Eh... Il buon Koulibaly aveva ben capito che bisognava azzoppare Giroud per eliminare l'unico terminale in grado di fare goal. Quando su Dazn hanno zoomato sulla ferita non credevo che sarebbe potuto rimanere in campo, al massimo avrebbe completato il primo tempo e sarebbe uscito subito all'inizio della ripresa. Menomale... A quest'ora staremmo parlando di tutt'altra partita.


----------



## Maravich49 (7 Marzo 2022)

Ero certo, dalla dinamica delle immagini, che si fosse fatto male seriamente. 
Bene, anzi, benissimo così.


----------



## Swaitak (7 Marzo 2022)

admin ha scritto:


> Come riportato da Sky, Giroud, dopo la botta ricevuta alla caviglia, sta meglio. Tant'è che il francese oggi non effettuerà nemmeno i classici esami di rito.

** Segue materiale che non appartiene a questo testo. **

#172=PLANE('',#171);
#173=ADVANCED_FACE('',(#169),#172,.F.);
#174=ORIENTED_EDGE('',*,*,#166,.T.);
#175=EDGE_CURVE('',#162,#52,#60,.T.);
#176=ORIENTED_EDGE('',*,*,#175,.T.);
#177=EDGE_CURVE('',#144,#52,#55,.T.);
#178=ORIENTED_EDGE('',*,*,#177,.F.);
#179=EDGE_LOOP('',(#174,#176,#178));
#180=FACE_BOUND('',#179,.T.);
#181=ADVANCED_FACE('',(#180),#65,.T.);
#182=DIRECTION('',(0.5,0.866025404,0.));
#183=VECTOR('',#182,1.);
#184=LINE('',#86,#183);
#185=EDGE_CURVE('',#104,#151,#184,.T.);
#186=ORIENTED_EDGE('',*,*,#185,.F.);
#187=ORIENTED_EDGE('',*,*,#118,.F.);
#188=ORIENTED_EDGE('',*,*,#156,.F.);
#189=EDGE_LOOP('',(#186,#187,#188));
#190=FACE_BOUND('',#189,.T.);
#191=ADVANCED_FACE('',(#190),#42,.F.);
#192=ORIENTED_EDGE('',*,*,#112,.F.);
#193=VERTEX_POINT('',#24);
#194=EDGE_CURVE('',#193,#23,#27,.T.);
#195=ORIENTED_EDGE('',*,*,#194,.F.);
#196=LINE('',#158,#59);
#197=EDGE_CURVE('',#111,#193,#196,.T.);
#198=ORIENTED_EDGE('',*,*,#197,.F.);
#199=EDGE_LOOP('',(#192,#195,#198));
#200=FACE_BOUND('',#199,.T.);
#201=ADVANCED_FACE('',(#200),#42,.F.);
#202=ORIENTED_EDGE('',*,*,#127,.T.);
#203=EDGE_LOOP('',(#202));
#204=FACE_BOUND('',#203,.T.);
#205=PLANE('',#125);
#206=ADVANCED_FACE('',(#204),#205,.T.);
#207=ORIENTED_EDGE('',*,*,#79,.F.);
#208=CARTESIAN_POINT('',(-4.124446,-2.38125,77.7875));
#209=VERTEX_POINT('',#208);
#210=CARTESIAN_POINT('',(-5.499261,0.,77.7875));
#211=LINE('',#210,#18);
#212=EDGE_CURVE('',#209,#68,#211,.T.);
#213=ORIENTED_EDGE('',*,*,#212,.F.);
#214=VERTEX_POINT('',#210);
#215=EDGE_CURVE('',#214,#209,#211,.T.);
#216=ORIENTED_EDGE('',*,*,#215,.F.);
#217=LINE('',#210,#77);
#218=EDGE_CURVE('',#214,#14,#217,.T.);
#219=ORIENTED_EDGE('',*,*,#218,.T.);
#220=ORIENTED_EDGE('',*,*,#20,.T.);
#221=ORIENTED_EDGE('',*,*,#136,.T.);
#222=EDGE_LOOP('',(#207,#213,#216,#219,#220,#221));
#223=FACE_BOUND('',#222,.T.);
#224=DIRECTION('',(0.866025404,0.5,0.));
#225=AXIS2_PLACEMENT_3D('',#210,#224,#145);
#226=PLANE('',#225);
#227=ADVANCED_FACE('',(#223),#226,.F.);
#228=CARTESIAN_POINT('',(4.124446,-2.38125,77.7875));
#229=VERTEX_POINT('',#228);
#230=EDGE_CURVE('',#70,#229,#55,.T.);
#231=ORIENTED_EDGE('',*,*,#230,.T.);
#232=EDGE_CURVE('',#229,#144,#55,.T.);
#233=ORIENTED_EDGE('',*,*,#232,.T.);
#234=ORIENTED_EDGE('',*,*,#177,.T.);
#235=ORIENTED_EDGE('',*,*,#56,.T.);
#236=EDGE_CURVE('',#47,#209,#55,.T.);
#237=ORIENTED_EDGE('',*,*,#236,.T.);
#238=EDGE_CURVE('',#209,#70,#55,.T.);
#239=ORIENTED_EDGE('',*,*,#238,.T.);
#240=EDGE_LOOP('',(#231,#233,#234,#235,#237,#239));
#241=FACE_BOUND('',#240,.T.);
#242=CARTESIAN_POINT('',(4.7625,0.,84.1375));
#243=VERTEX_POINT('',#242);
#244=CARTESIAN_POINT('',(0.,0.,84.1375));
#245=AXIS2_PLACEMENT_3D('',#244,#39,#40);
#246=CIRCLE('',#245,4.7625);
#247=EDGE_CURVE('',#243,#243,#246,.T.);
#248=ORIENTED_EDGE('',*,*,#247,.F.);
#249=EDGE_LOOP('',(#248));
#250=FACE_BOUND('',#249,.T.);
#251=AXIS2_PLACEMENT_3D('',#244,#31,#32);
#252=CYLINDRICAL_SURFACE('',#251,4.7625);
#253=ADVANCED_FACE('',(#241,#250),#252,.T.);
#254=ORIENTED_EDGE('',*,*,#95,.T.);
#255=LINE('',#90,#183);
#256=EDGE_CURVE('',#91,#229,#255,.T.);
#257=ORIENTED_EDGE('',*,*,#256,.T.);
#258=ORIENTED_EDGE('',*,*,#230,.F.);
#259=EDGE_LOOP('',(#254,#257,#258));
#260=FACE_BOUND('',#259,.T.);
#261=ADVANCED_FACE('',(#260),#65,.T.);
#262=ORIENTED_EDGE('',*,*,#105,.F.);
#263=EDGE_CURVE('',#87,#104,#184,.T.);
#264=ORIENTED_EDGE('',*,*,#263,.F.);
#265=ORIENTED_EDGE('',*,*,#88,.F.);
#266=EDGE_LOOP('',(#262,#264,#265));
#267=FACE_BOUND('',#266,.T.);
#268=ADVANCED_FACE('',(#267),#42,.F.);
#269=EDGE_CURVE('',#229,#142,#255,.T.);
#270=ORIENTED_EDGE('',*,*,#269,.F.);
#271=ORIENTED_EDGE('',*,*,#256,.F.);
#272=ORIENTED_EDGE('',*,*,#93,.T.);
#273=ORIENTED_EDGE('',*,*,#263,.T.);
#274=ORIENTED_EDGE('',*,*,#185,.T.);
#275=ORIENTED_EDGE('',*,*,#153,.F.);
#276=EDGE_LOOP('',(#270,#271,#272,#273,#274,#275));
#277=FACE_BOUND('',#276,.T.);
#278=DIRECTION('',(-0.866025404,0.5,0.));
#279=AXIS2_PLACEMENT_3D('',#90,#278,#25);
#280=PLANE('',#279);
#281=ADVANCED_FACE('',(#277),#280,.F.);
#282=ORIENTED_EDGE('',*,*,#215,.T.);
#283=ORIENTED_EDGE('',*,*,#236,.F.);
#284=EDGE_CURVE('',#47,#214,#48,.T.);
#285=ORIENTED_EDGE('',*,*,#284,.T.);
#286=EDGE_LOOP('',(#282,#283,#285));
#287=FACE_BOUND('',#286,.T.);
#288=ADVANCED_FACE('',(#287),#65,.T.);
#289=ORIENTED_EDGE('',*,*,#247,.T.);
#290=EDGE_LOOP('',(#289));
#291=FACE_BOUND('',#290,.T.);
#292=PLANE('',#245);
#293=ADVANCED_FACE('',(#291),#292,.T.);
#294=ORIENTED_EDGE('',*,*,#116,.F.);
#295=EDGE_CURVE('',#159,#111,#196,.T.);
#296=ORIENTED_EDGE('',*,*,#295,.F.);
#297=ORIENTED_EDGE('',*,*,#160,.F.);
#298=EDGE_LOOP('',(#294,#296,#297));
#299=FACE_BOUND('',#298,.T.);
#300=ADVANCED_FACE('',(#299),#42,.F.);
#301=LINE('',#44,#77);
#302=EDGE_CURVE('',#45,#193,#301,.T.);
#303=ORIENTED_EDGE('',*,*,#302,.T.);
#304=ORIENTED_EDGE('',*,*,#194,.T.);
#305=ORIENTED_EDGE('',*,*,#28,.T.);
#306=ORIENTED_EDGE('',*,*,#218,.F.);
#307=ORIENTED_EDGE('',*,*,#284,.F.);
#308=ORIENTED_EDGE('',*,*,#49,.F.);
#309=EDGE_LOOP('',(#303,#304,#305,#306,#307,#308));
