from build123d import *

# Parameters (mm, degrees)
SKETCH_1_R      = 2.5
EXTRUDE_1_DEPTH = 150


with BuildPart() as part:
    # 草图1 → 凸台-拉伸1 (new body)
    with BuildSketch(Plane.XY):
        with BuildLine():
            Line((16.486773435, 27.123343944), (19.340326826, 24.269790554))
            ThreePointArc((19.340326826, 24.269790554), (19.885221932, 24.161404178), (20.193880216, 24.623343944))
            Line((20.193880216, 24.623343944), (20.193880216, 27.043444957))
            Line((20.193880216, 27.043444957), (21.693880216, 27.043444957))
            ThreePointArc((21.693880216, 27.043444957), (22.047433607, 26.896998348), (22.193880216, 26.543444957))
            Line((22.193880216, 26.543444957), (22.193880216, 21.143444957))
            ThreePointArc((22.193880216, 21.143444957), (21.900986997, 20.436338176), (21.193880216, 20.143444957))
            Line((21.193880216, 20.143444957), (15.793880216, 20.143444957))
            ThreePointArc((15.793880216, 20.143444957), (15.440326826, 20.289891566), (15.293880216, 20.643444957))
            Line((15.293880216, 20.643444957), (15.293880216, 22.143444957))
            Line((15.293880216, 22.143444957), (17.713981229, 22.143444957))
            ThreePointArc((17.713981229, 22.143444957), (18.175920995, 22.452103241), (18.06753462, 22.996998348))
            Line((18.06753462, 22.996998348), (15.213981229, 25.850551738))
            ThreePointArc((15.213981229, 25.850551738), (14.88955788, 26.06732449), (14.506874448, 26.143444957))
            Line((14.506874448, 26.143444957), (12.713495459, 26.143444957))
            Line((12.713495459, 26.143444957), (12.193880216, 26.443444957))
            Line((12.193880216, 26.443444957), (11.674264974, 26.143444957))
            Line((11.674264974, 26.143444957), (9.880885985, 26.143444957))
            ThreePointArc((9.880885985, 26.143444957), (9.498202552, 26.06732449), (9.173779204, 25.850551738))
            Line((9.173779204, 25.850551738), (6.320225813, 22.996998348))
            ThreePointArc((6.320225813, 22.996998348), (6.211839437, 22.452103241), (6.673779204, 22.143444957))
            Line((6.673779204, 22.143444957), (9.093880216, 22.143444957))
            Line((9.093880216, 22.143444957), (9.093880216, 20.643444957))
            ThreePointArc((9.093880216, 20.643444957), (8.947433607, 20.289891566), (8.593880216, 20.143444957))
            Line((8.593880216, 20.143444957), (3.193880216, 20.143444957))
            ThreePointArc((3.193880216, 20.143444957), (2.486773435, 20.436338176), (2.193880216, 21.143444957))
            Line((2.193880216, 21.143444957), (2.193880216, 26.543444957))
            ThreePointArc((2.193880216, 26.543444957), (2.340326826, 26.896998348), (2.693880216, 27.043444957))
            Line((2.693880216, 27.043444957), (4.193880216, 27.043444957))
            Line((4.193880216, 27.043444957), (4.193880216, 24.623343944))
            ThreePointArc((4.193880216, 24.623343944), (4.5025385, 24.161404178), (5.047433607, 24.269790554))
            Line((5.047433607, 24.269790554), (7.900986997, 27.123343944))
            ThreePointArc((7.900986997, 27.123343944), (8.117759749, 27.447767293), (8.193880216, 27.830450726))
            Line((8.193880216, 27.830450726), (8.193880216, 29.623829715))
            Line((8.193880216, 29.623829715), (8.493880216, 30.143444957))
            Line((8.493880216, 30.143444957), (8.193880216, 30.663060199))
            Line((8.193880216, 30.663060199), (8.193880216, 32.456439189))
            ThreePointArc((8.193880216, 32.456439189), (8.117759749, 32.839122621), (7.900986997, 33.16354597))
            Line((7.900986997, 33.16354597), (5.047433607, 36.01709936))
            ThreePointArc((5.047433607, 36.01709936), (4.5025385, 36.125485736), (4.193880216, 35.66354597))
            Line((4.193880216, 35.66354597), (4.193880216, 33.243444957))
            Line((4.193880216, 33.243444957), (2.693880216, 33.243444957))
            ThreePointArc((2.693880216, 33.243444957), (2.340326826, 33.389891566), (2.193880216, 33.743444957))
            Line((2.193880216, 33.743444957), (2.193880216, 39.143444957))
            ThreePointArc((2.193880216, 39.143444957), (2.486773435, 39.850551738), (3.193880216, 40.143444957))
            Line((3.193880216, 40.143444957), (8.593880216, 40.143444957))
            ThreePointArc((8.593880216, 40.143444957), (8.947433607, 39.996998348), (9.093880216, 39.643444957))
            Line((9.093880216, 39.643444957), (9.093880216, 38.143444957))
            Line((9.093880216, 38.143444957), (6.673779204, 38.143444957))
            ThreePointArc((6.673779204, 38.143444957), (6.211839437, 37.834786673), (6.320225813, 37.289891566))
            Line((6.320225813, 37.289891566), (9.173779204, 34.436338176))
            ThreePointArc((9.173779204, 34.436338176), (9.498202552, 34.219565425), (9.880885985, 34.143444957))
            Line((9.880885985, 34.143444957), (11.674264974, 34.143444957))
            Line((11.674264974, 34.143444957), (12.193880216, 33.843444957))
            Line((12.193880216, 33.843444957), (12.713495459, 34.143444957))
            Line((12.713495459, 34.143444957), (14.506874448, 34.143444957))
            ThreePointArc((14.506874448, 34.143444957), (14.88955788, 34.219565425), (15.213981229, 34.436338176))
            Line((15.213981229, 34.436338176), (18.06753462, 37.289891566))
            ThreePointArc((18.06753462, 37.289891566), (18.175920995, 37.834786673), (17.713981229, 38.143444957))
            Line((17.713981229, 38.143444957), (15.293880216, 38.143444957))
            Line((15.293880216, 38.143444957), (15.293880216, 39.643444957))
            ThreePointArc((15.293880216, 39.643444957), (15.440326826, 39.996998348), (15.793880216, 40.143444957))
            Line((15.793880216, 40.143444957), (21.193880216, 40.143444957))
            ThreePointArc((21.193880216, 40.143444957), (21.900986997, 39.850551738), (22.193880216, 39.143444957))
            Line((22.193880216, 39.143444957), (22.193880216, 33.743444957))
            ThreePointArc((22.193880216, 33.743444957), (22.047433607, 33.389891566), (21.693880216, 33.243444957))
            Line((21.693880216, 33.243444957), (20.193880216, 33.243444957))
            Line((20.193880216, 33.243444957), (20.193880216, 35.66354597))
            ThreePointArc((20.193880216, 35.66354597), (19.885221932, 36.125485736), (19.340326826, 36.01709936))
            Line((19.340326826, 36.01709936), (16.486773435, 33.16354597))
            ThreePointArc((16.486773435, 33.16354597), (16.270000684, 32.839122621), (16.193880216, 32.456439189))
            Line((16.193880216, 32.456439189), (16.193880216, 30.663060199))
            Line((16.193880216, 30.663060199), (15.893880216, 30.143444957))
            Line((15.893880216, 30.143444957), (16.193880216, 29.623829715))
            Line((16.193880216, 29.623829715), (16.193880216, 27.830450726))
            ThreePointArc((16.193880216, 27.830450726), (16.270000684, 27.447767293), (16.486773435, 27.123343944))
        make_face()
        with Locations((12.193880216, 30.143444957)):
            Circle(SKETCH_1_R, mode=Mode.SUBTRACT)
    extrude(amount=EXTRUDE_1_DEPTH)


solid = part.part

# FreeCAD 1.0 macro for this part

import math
import FreeCAD as App
import Part
import Sketcher

V = App.Vector
Q = App.Units.Quantity

doc = App.newDocument("Part")
body = doc.addObject("PartDesign::Body", "Body")

sketch1 = body.newObject("Sketcher::SketchObject", "Sketch")
sketch1.AttachmentSupport = (doc.getObject("XY_Plane"), [""])
sketch1.MapMode = "FlatFace"
sketch1.addGeometry([
    Part.LineSegment(V(19.34, 24.27, 0), V(16.49, 27.12, 0)),
    Part.ArcOfCircle(Part.Circle(V(17.19, 27.83, 0), V(0, 0, 1), 1), math.radians(-180), math.radians(-135)),
    Part.LineSegment(V(16.19, 27.83, 0), V(16.19, 29.62, 0)),
    Part.LineSegment(V(16.19, 29.62, 0), V(15.89, 30.14, 0)),
    Part.LineSegment(V(15.89, 30.14, 0), V(16.19, 30.66, 0)),
    Part.LineSegment(V(16.19, 30.66, 0), V(16.19, 32.46, 0)),
    Part.ArcOfCircle(Part.Circle(V(17.19, 32.46, 0), V(0, 0, 1), 1), math.radians(135), math.radians(180)),
    Part.LineSegment(V(16.49, 33.16, 0), V(19.34, 36.02, 0)),
    Part.ArcOfCircle(Part.Circle(V(19.69, 35.66, 0), V(0, 0, 1), 0.5), math.radians(0), math.radians(135)),
    Part.LineSegment(V(20.19, 35.66, 0), V(20.19, 33.24, 0)),
    Part.LineSegment(V(20.19, 33.24, 0), V(21.69, 33.24, 0)),
    Part.ArcOfCircle(Part.Circle(V(21.69, 33.74, 0), V(0, 0, 1), 0.5), math.radians(-90), math.radians(0)),
    Part.LineSegment(V(22.19, 33.74, 0), V(22.19, 39.14, 0)),
    Part.ArcOfCircle(Part.Circle(V(21.19, 39.14, 0), V(0, 0, 1), 1), math.radians(0), math.radians(90)),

speriamo bene, si sta rivelando un giocatore importantissimo


----------



## Roger84 (7 Marzo 2022)

Una volta tanto ci dicono bene gl'infortuni! Benissimo così, ora concentrati per Empoli!!! Partita d'importanza assurda!!!


----------



## LukeLike (7 Marzo 2022)

Non so neanche come abbia fatto a rimanere in campo dopo quel taglio... io comunque mi ci sono già affezionato, al di là dei gol pesantissimi segnati, si è ambientato alla grande, parla già molto bene in italiano e ha sposato i nostri colori. Poco fa ha pubblicato una foto su Instagram del compleanno di suo figlio con scritto "happy birthday my lil AC Milan boy".


----------



## gabri65 (7 Marzo 2022)

admin ha scritto:


> Come riportato da Sky, Giroud, dopo la botta ricevuta alla caviglia, sta meglio. Tant'è che il francese oggi non effettuerà nemmeno i classici esami di rito.



Bravo Oliviero.

Peccato per qualche anno di troppo, mi piace il suo spirito e ha lo sguardo di uno a cui piace giocare.


----------



## Blu71 (7 Marzo 2022)

admin ha scritto:


> Come riportato da Sky, Giroud, dopo la botta ricevuta alla caviglia, sta meglio. Tant'è che il francese oggi non effettuerà nemmeno i classici esami di rito.



Strano, non starà fuori tre mesi.


----------



## Jino (7 Marzo 2022)

Kayl ha scritto:


> Evidentemente quando è andato giù la ferita si è riaperta facendogli male ed è uscito per quello.



Un trauma cosi, basta che prendi un altro colpo proprio li, oppure che ti freddi un attimo, e lo senti eccome...


----------



## admin (8 Marzo 2022)

*Il CorSera conferma: per Giroud solo una botta con l'Empoli ci sarà. *


----------